**EXERCISE DETAILS**
Quote, with no changes, the lines that run from the top of the material to the line with "f 554 556 819", both included.

**INPUT FOR THIS TASK**

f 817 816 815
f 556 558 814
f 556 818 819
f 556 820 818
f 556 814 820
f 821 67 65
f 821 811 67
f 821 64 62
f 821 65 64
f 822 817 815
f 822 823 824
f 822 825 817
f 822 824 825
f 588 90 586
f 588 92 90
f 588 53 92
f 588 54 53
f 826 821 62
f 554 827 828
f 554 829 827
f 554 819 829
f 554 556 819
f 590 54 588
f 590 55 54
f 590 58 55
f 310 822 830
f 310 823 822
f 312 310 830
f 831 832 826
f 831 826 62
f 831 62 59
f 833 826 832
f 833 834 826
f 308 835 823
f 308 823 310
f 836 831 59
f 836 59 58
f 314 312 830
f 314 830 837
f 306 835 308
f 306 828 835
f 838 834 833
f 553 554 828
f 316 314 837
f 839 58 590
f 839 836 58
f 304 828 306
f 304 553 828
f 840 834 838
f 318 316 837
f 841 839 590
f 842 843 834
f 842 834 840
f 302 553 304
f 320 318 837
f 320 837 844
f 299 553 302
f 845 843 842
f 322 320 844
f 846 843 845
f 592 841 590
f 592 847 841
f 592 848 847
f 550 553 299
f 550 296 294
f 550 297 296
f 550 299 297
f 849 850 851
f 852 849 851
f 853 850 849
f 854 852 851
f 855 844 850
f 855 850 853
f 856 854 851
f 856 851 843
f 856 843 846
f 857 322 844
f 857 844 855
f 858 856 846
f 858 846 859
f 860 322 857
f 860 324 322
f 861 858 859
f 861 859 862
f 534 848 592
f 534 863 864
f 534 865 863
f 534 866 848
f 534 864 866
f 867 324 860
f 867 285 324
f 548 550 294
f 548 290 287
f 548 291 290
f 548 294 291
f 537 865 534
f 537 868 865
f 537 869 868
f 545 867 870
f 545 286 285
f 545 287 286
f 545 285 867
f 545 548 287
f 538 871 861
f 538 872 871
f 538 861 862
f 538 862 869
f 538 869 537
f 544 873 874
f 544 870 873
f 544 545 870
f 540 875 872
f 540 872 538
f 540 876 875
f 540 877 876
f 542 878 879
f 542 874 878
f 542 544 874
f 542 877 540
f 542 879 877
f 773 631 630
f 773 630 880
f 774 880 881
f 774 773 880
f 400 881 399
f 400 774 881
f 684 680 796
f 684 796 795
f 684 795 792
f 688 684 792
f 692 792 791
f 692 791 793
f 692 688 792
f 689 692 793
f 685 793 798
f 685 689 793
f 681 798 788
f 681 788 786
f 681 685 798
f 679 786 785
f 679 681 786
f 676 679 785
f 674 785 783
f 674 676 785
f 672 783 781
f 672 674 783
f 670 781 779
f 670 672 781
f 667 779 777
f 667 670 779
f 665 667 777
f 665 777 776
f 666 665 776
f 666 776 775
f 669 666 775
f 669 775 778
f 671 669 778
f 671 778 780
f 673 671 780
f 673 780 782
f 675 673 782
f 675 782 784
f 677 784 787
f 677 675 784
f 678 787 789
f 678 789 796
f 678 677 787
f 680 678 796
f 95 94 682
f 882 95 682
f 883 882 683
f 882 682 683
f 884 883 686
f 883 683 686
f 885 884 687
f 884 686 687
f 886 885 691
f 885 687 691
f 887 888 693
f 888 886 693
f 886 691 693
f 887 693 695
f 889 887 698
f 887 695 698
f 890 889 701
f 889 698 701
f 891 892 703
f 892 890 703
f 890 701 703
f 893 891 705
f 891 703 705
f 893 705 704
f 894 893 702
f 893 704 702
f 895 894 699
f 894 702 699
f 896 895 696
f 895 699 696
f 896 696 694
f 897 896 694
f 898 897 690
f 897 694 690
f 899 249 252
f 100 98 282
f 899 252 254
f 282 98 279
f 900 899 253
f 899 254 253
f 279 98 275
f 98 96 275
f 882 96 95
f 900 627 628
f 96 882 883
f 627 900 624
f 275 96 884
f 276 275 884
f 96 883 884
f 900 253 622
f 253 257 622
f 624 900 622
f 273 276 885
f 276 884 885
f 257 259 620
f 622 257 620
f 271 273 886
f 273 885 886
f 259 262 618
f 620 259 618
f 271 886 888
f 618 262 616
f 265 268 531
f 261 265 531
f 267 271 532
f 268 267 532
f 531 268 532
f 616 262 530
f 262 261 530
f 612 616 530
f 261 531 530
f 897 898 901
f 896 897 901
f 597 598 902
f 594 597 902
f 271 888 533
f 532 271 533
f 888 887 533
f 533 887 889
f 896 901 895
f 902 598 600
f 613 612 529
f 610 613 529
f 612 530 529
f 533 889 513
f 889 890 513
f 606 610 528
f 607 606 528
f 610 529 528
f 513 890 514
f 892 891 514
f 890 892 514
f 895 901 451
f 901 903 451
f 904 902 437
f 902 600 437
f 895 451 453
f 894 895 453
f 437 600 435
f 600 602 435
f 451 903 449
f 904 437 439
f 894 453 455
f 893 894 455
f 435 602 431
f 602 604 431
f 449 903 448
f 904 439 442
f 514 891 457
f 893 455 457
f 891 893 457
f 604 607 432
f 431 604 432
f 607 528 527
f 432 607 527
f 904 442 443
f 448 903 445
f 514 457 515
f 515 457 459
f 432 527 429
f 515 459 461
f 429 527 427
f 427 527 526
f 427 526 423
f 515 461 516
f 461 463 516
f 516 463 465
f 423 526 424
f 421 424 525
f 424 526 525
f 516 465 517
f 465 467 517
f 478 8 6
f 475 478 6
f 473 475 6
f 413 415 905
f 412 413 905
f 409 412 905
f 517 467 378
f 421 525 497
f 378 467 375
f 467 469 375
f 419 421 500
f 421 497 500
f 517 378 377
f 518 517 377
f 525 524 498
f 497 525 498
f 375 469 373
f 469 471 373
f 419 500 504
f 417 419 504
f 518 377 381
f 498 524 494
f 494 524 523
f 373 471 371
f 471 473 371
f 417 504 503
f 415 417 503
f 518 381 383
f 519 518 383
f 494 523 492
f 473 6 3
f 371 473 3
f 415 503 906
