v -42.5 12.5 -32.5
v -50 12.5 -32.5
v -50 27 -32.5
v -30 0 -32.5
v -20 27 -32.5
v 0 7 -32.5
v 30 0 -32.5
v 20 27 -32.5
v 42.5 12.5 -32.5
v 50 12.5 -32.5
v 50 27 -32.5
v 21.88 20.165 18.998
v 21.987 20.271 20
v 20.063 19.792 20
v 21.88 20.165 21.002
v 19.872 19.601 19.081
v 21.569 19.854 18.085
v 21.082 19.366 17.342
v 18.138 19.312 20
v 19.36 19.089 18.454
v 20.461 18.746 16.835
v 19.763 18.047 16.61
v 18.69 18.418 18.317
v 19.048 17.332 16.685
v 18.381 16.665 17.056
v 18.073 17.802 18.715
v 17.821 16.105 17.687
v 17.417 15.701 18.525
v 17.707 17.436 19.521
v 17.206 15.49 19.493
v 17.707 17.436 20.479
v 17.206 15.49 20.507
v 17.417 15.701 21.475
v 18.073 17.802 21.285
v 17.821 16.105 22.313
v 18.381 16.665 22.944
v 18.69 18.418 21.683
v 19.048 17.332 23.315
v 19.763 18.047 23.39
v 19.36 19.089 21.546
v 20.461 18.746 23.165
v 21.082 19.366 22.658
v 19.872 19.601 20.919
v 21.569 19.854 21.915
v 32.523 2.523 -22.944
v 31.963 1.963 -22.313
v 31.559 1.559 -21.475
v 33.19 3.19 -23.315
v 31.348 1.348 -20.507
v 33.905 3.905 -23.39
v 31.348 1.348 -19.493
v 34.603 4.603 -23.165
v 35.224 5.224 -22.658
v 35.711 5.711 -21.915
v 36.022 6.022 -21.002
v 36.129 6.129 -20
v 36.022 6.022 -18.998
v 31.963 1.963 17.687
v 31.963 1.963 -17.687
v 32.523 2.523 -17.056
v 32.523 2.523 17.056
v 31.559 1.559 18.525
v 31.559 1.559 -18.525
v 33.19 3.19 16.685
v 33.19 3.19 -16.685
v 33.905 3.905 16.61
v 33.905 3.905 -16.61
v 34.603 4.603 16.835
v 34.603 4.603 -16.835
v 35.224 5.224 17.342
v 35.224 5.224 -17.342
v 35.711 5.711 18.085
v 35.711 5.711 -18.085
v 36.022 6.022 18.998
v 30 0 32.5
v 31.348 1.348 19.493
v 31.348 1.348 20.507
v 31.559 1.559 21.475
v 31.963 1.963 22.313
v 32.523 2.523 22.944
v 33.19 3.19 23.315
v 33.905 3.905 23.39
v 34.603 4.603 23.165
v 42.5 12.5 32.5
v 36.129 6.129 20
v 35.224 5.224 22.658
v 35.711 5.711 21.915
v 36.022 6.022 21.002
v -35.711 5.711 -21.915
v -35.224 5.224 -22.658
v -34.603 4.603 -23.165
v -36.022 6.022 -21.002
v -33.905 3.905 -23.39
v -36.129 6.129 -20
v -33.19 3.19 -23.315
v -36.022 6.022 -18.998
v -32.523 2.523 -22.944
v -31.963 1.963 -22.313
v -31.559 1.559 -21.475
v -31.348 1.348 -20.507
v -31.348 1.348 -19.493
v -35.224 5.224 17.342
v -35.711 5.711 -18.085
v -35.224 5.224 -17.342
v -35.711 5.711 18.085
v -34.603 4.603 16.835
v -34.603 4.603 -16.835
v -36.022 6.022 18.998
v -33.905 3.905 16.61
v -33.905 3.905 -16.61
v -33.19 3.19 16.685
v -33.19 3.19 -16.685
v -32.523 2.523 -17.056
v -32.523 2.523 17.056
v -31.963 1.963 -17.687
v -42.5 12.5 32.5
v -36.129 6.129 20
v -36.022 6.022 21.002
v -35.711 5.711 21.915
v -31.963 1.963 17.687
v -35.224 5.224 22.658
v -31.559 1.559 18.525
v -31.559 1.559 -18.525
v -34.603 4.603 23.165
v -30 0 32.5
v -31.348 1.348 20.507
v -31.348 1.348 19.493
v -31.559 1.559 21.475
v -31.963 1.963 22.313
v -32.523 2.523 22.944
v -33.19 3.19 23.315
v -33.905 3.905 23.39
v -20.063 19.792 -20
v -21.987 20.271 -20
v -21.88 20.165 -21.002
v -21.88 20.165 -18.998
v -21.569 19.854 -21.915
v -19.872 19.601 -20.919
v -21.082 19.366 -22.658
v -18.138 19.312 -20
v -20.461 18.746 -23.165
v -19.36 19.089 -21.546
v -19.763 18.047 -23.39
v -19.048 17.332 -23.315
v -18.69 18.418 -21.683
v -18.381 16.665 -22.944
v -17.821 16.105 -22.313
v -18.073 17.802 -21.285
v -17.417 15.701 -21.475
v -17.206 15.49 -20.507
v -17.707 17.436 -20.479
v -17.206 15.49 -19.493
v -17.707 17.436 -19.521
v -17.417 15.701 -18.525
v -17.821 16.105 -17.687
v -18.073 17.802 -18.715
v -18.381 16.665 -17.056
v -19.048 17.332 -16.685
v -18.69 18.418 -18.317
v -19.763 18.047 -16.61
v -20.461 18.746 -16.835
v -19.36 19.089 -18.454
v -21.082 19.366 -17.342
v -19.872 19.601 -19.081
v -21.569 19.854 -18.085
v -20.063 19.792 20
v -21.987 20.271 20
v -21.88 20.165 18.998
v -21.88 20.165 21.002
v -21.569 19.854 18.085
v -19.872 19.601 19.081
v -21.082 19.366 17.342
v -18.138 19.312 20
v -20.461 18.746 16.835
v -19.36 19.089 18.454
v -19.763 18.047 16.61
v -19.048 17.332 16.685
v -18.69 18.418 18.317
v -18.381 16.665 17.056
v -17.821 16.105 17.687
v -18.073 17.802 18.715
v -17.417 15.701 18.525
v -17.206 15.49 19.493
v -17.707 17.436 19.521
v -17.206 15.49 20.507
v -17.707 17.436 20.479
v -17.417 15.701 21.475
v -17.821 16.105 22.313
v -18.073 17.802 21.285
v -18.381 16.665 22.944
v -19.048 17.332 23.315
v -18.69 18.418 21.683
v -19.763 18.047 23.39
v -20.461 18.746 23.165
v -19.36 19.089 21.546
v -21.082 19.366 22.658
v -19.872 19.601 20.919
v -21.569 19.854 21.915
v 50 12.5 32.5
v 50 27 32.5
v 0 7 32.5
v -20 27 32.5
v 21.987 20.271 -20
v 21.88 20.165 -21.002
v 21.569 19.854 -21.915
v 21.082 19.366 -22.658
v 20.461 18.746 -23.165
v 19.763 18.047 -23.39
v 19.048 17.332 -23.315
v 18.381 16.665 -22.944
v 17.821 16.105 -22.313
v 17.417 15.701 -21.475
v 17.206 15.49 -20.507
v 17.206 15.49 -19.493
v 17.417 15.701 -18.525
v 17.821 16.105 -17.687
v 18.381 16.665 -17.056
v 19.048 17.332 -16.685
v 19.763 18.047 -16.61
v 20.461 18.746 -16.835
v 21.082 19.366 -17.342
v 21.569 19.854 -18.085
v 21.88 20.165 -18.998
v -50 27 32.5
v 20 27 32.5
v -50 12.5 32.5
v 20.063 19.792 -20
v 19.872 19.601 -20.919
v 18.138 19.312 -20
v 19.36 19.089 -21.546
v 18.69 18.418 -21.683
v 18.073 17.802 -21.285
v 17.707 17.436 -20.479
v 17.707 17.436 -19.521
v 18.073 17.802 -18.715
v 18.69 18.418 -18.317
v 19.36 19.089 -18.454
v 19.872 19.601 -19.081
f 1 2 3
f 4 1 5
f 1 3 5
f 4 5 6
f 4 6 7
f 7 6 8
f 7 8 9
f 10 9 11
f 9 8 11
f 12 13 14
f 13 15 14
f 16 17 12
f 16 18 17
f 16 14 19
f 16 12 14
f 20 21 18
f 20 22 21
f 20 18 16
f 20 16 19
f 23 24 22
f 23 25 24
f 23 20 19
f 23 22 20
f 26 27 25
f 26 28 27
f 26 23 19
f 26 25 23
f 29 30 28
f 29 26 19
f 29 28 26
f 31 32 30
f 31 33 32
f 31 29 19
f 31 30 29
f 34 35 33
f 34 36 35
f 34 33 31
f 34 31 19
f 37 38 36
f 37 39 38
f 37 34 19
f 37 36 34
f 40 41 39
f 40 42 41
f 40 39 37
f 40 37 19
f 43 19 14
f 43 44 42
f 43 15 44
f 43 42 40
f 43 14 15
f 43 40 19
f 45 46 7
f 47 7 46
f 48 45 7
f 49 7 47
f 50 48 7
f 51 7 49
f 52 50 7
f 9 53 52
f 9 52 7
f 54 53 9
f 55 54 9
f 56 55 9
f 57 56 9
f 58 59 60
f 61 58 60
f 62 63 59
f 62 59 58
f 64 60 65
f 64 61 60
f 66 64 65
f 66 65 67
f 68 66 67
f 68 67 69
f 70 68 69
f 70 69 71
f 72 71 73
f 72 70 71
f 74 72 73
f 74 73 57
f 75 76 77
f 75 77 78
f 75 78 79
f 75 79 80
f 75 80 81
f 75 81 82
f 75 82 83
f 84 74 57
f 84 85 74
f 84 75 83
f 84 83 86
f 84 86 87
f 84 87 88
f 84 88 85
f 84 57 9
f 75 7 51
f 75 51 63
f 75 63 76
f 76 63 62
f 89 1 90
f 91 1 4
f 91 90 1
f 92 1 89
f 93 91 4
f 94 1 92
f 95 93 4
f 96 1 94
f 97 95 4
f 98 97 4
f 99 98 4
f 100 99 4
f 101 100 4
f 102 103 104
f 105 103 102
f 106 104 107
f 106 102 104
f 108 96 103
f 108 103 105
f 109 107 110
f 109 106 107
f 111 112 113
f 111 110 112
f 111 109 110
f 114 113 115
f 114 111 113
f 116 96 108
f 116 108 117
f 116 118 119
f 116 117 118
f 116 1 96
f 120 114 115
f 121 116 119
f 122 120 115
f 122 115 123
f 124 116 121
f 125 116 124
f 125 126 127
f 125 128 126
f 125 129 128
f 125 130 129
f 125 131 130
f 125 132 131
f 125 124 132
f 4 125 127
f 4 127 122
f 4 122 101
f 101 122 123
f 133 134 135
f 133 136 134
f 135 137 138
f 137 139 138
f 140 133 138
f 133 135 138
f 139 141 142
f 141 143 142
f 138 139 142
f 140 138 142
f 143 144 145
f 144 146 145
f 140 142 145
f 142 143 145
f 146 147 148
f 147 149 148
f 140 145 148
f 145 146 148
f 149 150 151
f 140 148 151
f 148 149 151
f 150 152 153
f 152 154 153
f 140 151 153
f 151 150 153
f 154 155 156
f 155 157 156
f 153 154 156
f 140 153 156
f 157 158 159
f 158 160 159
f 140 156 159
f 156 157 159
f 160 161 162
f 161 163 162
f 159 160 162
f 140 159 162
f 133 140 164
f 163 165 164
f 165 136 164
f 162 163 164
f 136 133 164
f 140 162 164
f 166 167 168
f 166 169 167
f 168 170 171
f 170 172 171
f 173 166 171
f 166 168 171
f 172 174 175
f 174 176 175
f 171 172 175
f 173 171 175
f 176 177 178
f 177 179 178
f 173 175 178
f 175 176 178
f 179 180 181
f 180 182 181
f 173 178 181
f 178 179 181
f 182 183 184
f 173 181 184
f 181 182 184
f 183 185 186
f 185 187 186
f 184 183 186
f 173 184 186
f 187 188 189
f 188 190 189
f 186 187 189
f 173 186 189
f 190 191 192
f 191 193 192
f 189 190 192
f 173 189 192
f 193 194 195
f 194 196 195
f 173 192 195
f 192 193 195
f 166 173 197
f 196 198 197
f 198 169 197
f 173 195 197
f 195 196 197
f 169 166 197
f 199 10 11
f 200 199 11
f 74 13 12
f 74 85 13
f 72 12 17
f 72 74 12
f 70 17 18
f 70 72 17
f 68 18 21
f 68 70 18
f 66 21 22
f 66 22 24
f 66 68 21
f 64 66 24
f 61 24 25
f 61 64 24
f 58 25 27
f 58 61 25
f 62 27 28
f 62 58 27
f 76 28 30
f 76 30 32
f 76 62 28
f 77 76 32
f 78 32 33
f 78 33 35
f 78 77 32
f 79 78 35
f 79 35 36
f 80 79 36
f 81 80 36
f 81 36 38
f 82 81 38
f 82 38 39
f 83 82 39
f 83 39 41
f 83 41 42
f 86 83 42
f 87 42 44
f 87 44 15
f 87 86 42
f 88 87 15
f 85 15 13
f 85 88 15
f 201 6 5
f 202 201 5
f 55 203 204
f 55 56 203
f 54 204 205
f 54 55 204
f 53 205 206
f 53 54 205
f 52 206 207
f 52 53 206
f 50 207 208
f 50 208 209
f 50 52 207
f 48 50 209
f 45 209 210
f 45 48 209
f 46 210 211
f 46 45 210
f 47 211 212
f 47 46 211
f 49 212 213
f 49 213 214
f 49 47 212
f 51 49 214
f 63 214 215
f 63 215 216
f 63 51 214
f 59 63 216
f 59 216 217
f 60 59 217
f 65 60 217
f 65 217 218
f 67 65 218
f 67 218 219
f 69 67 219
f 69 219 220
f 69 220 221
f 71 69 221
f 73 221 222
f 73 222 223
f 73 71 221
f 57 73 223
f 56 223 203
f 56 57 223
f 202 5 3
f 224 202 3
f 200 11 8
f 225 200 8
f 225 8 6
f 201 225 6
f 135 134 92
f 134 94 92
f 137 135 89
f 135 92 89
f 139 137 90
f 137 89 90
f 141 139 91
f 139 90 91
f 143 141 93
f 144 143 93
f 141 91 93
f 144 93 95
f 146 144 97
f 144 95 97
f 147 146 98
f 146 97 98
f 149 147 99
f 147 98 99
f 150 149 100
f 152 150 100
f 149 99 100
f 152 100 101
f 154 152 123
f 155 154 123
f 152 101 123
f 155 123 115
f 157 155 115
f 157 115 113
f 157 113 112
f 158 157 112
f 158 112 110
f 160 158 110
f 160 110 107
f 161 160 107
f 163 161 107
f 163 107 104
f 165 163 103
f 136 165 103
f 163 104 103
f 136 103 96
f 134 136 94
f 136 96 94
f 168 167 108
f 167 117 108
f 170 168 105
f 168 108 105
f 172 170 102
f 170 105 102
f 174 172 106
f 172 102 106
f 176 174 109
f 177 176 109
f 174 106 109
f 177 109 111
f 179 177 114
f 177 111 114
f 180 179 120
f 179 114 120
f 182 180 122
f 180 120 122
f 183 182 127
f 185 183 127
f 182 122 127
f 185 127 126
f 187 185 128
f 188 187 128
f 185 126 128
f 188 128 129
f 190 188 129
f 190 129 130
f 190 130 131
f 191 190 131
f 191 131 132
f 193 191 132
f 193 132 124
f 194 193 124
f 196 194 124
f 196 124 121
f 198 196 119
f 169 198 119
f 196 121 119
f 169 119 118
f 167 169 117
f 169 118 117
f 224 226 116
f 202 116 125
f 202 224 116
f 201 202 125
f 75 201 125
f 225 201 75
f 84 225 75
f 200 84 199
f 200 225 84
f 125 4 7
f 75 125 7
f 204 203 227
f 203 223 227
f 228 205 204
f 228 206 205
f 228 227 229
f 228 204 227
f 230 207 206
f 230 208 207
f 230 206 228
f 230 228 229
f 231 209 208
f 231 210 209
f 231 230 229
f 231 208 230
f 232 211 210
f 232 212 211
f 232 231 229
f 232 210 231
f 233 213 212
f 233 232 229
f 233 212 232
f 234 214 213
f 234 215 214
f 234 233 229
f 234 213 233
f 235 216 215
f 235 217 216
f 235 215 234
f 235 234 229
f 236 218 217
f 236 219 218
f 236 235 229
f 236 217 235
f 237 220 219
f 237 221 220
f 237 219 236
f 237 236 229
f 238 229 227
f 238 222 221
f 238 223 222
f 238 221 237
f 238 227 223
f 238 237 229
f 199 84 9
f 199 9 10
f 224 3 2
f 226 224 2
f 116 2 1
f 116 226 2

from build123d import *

# Parameters (mm, degrees)
BOSS_EXTRUDE1_DEPTH            = 32.5
TALADRO_ROSCADO_M86_AT_2_COUNT = 2
TALADRO_ROSCADO_M86_AT_2_PITCH = 40


with BuildPart() as part:
    # Sketch1 → Boss-Extrude1 (new body, symmetric)
    with BuildSketch(Plane.XY):
        Polygon((-30, 0), (30, 0), (42.5, 12.5), (50, 12.5), (50, 27), (20, 27), (0, 7), (-20, 27), (-50, 27), (-50, 12.5), (-42.5, 12.5), align=None)
    extrude(amount=BOSS_EXTRUDE1_DEPTH, both=True)

    # Croquis12 → Taladro roscado M86 (revolve, cut)
    with BuildSketch(Plane(origin=(33.725048023, 3.725048023, 20), x_dir=(0.707106781, 0.707106781, 0), z_dir=(0, 0, 1))):
        Polygon((0, 0), (0, 22.042926105), (3.4, 20), (3.4, 0), align=None)
    taladro_roscado_m86 = revolve(axis=Axis((38.215176084, -0.765080037, 20), (-0.707106781, 0.707106781, 0)), mode=Mode.SUBTRACT)

    # Taladro roscado M86 at 2: Taladro roscado M86 ×2
    with Locations(*[(0, 0, -i * TALADRO_ROSCADO_M86_AT_2_PITCH) for i in range(1, TALADRO_ROSCADO_M86_AT_2_COUNT)]):
        add(taladro_roscado_m86, mode=Mode.SUBTRACT)

    # Simetría3: Taladro roscado M86 across plane
    add(taladro_roscado_m86.mirror(Plane(origin=(0, 0, 0), x_dir=(0, 0, 1), z_dir=(1, 0, 0))), mode=Mode.SUBTRACT)

    # Simetría3 copy 1 sketch → Simetría3 copy 1 (revolve, cut)
    with BuildSketch(Plane(origin=(-33.725048023, 3.725048023, -20), x_dir=(-0.707106781, 0.707106781, 0), z_dir=(0, 0, 1))):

**REPLY**
f 817 816 815
f 556 558 814
f 556 818 819
f 556 820 818
f 556 814 820
f 821 67 65
f 821 811 67
f 821 64 62
f 821 65 64
f 822 817 815
f 822 823 824
f 822 825 817
f 822 824 825
f 588 90 586
f 588 92 90
f 588 53 92
f 588 54 53
f 826 821 62
f 554 827 828
f 554 829 827
f 554 819 829
f 554 556 819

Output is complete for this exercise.